Green became part of the Tel Aviv Crew, named after the slum area of Kingston where he was brought up. These were government housing projects built around yards, hence the name ‘Yardie’. The Tel Aviv Crew was divided into a number of posses or gangs, including the Rapid Posse, the Kremlin Posse and the Desert Posse, to which Green belonged during the 1980s. Before the decade was over he had been involved in a number of murders, which he would later confess to, spent four years in prison and been arrested for a multitude of crimes, from murder to armed robbery. Reluctance on the part of witnesses to come forward shielded him from several life sentences in Jamaica. In 1991, awaiting trial for a shooting, he jumped bail, booked a flight to the UK and walked through immigration to begin what he hoped would be a new and prosperous life.
Green was a dangerous man who was known to use a firearm at the slightest provocation. He became a frequent visitor to Nottingham from London and was soon known to the police. Nottinghamshire Police intelligence picked up information that Green was selling crack cocaine in the city: his name had cropped up in the letters written by Ian Bedward which were seized by police. In fact Green was only one of a small but growing number of Yardies branching out from the capital and selling drugs in the major provincial cities of Bristol, Manchester, Birmingham and Liverpool.

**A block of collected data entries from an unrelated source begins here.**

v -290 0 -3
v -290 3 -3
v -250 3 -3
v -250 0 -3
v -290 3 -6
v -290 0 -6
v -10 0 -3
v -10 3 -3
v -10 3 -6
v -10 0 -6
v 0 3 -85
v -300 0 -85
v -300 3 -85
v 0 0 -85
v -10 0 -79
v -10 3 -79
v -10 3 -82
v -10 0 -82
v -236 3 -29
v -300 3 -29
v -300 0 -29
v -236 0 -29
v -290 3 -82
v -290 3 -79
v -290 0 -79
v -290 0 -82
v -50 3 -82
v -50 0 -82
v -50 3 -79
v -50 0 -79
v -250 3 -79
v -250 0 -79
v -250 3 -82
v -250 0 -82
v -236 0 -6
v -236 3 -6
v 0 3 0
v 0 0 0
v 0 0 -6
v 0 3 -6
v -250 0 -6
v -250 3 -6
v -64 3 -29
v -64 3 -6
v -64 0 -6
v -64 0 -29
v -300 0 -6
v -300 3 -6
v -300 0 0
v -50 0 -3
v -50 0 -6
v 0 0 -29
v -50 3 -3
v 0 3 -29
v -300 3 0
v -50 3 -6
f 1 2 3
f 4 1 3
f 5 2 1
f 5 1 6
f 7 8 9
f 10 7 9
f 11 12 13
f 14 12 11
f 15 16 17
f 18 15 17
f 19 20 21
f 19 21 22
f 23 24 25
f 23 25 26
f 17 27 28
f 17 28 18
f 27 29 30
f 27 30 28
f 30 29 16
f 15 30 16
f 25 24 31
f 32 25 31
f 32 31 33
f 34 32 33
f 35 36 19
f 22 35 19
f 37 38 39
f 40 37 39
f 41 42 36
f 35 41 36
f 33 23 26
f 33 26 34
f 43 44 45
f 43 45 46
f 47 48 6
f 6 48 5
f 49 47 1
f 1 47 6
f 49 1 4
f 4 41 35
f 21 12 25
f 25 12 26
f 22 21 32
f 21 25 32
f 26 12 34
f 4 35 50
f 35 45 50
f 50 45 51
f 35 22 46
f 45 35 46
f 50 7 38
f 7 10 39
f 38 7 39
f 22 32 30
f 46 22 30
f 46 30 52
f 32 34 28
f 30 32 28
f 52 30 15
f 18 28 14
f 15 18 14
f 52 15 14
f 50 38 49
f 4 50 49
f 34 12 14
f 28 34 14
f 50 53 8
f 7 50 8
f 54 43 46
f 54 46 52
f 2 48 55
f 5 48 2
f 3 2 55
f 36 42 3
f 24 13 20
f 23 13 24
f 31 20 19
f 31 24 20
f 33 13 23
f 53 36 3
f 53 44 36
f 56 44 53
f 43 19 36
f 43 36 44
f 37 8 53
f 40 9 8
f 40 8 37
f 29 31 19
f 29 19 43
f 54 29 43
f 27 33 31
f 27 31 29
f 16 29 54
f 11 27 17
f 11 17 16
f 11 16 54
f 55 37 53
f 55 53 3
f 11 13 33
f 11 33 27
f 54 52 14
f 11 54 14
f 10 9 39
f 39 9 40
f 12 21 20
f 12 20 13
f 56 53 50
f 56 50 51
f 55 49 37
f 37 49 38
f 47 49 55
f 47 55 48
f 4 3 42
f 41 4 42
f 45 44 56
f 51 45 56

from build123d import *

# Parameters (mm, degrees)
SKETCH1_W           = 300
SKETCH1_H           = 85
BOSS_EXTRUDE1_DEPTH = 3
SKETCH2_W           = 40
SKETCH2_H           = 3
CUT_EXTRUDE1_DEPTH  = 3
SKETCH3_W           = 40
SKETCH3_H           = 3
CUT_EXTRUDE2_DEPTH  = 3
SKETCH4_W           = 40
SKETCH4_H           = 3
CUT_EXTRUDE3_DEPTH  = 3
SKETCH5_W           = 40
SKETCH5_H           = 3
CUT_EXTRUDE4_DEPTH  = 3
SKETCH6_W           = 64
SKETCH6_H           = 23
CUT_EXTRUDE6_DEPTH  = 3
SKETCH7_W           = 64
SKETCH7_H           = 23
CUT_EXTRUDE7_DEPTH  = 3


with BuildPart() as part:
    # Sketch1 → Boss-Extrude1 (new body)
    with BuildSketch(Plane(origin=(0, 0, 0), x_dir=(1, 0, 0), z_dir=(0, 1, 0))):
        with Locations((-150, 42.5)):
            Rectangle(SKETCH1_W, SKETCH1_H)
    extrude(amount=BOSS_EXTRUDE1_DEPTH)

    # Sketch2 → Cut-Extrude1 (cut)
    with BuildSketch(Plane(origin=(0, 3, 0), x_dir=(1, 0, 0), z_dir=(0, 1, 0))):
        with Locations((-270, 4.5)):
            Rectangle(SKETCH2_W, SKETCH2_H)
    extrude(amount=-CUT_EXTRUDE1_DEPTH, mode=Mode.SUBTRACT)

    # Sketch3 → Cut-Extrude2 (cut)
    with BuildSketch(Plane(origin=(0, 3, 0), x_dir=(1, 0, 0), z_dir=(0, 1, 0))):
        with Locations((-30, 4.5)):
            Rectangle(SKETCH3_W, SKETCH3_H)
    extrude(amount=-CUT_EXTRUDE2_DEPTH, mode=Mode.SUBTRACT)

    # Sketch4 → Cut-Extrude3 (cut)
    with BuildSketch(Plane(origin=(0, 3, 0), x_dir=(1, 0, 0), z_dir=(0, 1, 0))):
        with Locations((-30, 80.5)):
            Rectangle(SKETCH4_W, SKETCH4_H)
    extrude(amount=-CUT_EXTRUDE3_DEPTH, mode=Mode.SUBTRACT)

    # Sketch5 → Cut-Extrude4 (cut)
    with BuildSketch(Plane(origin=(0, 3, 0), x_dir=(1, 0, 0), z_dir=(0, 1, 0))):
        with Locations((-270, 80.5)):
            Rectangle(SKETCH5_W, SKETCH5_H)
    extrude(amount=-CUT_EXTRUDE4_DEPTH, mode=Mode.SUBTRACT)

    # Sketch6 → Cut-Extrude6 (cut)
    with BuildSketch(Plane(origin=(0, 3, 0), x_dir=(1, 0, 0), z_dir=(0, 1, 0))):
        with Locations((-268, 17.5)):
            Rectangle(SKETCH6_W, SKETCH6_H)
    extrude(amount=-CUT_EXTRUDE6_DEPTH, mode=Mode.SUBTRACT)

    # Sketch7 → Cut-Extrude7 (cut)
    with BuildSketch(Plane(origin=(0, 3, 0), x_dir=(1, 0, 0), z_dir=(0, 1, 0))):
        with Locations((-32, 17.5)):
            Rectangle(SKETCH7_W, SKETCH7_H)
    extrude(amount=-CUT_EXTRUDE7_DEPTH, mode=Mode.SUBTRACT)


solid = part.part
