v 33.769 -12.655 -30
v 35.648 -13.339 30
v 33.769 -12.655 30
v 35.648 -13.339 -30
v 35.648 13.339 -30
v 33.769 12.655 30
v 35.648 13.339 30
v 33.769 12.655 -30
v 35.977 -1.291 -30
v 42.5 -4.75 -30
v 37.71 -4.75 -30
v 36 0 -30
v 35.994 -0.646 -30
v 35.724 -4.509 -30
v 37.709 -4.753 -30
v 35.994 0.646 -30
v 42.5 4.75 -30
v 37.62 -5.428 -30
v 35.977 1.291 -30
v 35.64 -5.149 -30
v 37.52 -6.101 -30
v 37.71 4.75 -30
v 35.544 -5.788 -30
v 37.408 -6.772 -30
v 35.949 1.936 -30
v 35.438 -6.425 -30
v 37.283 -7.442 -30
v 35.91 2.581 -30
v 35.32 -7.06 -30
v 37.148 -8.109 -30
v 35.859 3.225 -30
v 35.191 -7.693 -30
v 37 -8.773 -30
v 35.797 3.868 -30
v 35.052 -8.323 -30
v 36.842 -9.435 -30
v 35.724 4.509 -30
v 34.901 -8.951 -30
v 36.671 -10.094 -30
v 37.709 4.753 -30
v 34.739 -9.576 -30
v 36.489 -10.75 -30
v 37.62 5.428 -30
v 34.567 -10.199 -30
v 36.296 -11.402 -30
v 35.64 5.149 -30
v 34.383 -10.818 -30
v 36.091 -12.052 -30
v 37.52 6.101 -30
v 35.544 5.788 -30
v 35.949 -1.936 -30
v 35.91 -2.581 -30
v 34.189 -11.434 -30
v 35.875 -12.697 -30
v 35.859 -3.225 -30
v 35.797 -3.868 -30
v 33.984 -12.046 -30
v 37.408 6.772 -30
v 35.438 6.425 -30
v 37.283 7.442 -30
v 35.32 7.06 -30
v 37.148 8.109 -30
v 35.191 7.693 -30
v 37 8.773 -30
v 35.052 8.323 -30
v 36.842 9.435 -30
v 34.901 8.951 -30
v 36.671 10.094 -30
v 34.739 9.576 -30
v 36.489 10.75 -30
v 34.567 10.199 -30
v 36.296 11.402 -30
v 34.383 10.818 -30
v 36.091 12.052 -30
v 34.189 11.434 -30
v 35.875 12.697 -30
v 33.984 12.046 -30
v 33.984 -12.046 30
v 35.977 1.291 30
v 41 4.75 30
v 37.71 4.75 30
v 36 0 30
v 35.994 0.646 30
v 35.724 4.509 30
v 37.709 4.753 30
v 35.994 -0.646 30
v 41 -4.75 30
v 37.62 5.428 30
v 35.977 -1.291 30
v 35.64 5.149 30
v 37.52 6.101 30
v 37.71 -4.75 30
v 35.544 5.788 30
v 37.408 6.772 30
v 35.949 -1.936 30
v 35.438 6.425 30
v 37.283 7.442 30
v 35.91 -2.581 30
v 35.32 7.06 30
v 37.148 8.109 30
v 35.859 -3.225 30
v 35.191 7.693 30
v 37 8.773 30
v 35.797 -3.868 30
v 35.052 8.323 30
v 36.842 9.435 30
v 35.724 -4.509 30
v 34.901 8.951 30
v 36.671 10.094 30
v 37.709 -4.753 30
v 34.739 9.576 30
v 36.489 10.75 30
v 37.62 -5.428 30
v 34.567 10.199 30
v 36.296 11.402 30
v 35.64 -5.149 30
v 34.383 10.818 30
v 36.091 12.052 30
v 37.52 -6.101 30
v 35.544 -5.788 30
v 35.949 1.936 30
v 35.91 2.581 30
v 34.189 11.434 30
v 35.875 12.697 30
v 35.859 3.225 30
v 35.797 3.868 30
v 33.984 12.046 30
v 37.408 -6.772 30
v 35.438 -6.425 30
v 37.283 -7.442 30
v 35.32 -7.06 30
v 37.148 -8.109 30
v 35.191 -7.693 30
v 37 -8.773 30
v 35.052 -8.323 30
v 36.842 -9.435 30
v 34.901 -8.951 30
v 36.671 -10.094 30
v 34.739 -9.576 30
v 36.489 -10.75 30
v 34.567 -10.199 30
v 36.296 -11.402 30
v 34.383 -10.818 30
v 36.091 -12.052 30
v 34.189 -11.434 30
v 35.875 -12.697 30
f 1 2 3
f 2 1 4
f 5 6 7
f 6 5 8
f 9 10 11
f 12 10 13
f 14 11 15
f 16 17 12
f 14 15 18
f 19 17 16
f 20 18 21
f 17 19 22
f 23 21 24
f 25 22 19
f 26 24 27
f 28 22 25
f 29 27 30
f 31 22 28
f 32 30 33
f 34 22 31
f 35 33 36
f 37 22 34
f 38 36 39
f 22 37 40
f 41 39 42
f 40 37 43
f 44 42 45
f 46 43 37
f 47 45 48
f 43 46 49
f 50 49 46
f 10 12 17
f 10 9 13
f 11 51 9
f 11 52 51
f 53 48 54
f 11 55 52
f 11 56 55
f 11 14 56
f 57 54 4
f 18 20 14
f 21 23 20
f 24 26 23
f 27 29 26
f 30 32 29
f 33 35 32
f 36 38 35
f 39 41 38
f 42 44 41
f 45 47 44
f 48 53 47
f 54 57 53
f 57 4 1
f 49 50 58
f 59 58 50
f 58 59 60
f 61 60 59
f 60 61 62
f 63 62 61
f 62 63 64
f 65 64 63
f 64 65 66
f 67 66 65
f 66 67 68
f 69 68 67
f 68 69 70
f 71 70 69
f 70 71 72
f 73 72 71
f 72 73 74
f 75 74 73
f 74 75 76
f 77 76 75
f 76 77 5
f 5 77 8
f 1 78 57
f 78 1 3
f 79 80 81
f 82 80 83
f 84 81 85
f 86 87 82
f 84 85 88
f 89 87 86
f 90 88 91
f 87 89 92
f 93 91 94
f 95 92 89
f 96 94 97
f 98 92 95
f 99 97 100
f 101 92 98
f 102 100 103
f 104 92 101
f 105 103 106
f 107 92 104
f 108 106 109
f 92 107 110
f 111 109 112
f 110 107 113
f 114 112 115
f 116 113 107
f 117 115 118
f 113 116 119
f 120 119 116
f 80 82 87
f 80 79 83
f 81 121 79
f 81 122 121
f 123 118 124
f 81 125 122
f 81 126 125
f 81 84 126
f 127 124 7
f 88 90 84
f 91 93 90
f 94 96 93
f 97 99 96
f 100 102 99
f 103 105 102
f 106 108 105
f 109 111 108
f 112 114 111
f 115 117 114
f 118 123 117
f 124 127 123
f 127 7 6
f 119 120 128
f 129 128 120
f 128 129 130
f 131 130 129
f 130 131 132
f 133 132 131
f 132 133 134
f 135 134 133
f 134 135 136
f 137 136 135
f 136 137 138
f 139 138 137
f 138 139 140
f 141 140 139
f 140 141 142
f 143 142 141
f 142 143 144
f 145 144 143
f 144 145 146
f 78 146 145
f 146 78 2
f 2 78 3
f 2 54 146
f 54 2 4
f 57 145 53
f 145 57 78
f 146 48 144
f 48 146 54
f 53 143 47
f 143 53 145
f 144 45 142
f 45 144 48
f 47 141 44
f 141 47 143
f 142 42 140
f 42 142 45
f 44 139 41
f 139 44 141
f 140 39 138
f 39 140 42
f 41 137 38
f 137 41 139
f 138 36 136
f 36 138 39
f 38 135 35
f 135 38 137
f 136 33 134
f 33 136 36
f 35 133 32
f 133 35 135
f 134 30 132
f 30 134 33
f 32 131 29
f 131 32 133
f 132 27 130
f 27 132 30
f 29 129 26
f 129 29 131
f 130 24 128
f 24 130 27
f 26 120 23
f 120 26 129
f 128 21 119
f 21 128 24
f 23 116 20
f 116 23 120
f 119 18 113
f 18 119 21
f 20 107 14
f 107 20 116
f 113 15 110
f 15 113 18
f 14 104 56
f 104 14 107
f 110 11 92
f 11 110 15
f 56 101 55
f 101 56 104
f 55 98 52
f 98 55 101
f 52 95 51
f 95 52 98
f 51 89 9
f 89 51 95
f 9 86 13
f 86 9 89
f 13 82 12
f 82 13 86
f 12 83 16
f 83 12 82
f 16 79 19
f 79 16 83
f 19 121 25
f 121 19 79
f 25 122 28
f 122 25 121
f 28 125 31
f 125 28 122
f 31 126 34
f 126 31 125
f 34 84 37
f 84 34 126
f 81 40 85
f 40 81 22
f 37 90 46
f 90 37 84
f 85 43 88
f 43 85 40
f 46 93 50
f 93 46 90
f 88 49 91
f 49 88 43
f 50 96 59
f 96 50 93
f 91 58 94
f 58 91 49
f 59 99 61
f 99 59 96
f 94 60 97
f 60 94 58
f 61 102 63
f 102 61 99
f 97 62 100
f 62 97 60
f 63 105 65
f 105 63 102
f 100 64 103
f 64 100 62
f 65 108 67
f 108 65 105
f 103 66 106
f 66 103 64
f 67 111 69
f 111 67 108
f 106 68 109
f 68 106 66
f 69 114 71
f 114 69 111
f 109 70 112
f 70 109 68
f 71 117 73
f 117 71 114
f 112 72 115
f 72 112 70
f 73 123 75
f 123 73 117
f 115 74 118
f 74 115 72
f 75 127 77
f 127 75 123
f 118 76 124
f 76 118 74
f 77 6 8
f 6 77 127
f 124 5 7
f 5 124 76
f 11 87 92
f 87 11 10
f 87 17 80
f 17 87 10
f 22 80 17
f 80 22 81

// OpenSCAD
inner_d = 74;
t=2;
height = 60;

wedge_x1 = 0;
wedge_x2 = 5;
wedge_x3 = 3.5;
wedge_y = 10-0.5;

module wedge() {
    polyhedron(
        points=[
                [wedge_x1,-wedge_y/2,-height/2],
                [wedge_x2,-wedge_y/2,-height/2],
                [wedge_x3,-wedge_y/2,height/2],
                [wedge_x1,-wedge_y/2,height/2],
                [wedge_x1,wedge_y/2,-height/2],
                [wedge_x2,wedge_y/2,-height/2],
                [wedge_x3,wedge_y/2,height/2],
                [wedge_x1,wedge_y/2,height/2],
              ],
        faces =[
                [0,3,2,1],
                [1,2,6,5],
                [5,6,7,4],
                [4,7,3,0],
                [6,2,3,7],
                [0,1,5,4],
            
    ]);
}

union() {
    translate([-1, 0, 0])  rotate([0, 0, -20]) rotate_extrude(angle=40,$fn = 360) { polygon( 
            points=[
                [inner_d/2,-height/2],
                [inner_d/2+t,-height/2],
                [inner_d/2+t,height/2],
                [inner_d/2,height/2],
            ] 
    );}
    translate([37.5,0,0]) wedge();
}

According to testimony at a later court trial, two brothers from Birmingham who had recently fallen out with the Robinsons in an apparent turf rivalry were expected at the blues party, which began on the night of 29 May. Police suspected these brothers were ferrying large amounts of cocaine into Nottingham. At a party two weeks earlier, two of the Robinson clan, Peter and Ricky – Douggie Man’s grandsons – had been severely beaten up. Another of the family, Leslie, who was working as a clerk at a law firm and would later become the main organiser for the Nottingham Afro-Caribbean Carnival, had his car torched in an attack police believed was linked to the feud. Eaton Green, who had been partying at the Marcus Garvey Centre in Nottingham the same night with some Yardie friends, had also been ‘dissed’ by some of the locals. One of them had saluted Asher’s sound coming from the speakers with a volley of gunfire into the ceiling, which had almost deafened one of Green’s associates, Rohan ‘Bumpy’ Thomas. Bumpy wasn’t happy.